The difference between the HCF and LCM of $x$ and $18$ is $120$. Find $x$.

Question

The difference between the HCF and LCM of $x$ and $18$ is $120$. Find $x$.

What I Tried: Let $\gcd(x , 18) = y$ and lcm$(x , 18) = z$ . Also, $z \geq y$ . We have :- $$\rightarrow 18x = yz$$ And :- $$\rightarrow z - y = 120$$ $$\rightarrow\frac{18x}{y} - y = 120$$ $$\rightarrow 18x - 120y - 120 = y^2$$ From here, we get that $6 | y^2$ $\rightarrow 6 | y$ .

After doing this, I am stuck. I do get this information but I am not able to use it somehow for $x$ , I could show that $x = 6k$ , but what to do next?

Can anyone help me? Thanks.

Answer 1

Since $y\le 18,y=6,12,18$. Reject $12$ since it is not a factor of $18$.

We get corresponding $z=120+y=126,138$. Reject $138$ since it is not a multiple of $18$.

We are left with $y=6,z=126,x=yz/18=42$.

Answer 2

Hint:

as $\text{lcm}(x,18)$ is even :$\gcd(x,18)$ is even .That is $\gcd(x,18)=2$ or $\gcd(x,18)=6$ or $\gcd(x,18)=18$

which do you think will work??

Answer 3

Another way:

WLOG $(x,18)=d>0$ and $\dfrac xp=\dfrac{18}q=d$

$\implies(p,q)=1$ and LCM$(x,18)=pqd$

and $120=pqd-d=d(pq-1)\implies p=\dfrac{\dfrac{120}d+1}q=\dfrac{\dfrac{120}d+1}{\dfrac{18}d}=\dfrac{120+d}{18}$

Clearly, $3|d$ and $2|d\implies d$ must be divisible by LCM$(2,3)=?$

As $d|18$ and $d|120,d$ must divide $(18,120)=6$

So, $d$ has a unique value!

Answer 4

One simple approach is to note that the HCF has to be a factor of $18$ and there are only $6$ of those to try.

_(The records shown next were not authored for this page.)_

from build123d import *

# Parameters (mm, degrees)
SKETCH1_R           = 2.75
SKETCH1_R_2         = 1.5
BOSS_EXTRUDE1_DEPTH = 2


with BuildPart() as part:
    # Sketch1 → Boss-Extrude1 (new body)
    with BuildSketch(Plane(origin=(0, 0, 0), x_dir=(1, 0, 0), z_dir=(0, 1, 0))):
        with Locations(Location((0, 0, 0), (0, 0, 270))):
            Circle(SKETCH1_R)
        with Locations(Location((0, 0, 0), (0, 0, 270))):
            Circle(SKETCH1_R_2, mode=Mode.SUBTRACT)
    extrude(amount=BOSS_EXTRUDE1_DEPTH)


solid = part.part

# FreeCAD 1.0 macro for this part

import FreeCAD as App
import Part
import Sketcher

V = App.Vector
Q = App.Units.Quantity

doc = App.newDocument("Part")
body = doc.addObject("PartDesign::Body", "Body")

# Sketch on XZ plane
sketch1 = body.newObject("Sketcher::SketchObject", "Sketch")
sketch1.AttachmentSupport = (doc.getObject("XZ_Plane"), [""])
sketch1.MapMode = "FlatFace"
sketch1.addGeometry(Part.Circle(V(0, 0, 0), V(0, 0, 1), 2.75), False)
sketch1.addGeometry(Part.Circle(V(0, 0, 0), V(0, 0, 1), 1.5), False)
sketch1.addConstraint(Sketcher.Constraint("Coincident", 0, 3, -1, 1))
sketch1.addConstraint(Sketcher.Constraint("Coincident", 1, 3, -1, 1))
sketch1.addConstraint(Sketcher.Constraint("Diameter", 1, Q("3 mm")))
sketch1.addConstraint(Sketcher.Constraint("Diameter", 0, Q("5.5 mm")))
pad1 = body.newObject("PartDesign::Pad", "Pad")
pad1.Profile = sketch1
pad1.Length = 2
pad1.Reversed = True

doc.recompute()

We also know that the product of the HCF and LCM is $18x$ so we can make a table $$\begin {array} {r r r r}HCF&LCM&18x&x\\ \hline 1&121&121&NA\\ 2&122&244&NA\\ 3&123&369&NA\\ 6&126&756&42\\ 9&129&1161&NA\\ 18&138&2484&138\end{array}$$ where the NAs come because $18x$ is odd. Only $x=42, HCF=6, LCM=126$ works

Answer 5

No casework needed.

$\gcd(x,18) + 120 = \text{lcm} (x,18) \implies \gcd(x,18) \equiv -120 \equiv 6 \pmod{18}$

Therefore $\gcd(x,18)=6, x = \gcd(x,18)\cdot \text{lcm}(x,18)/18 = 6 \cdot 126/18=42$.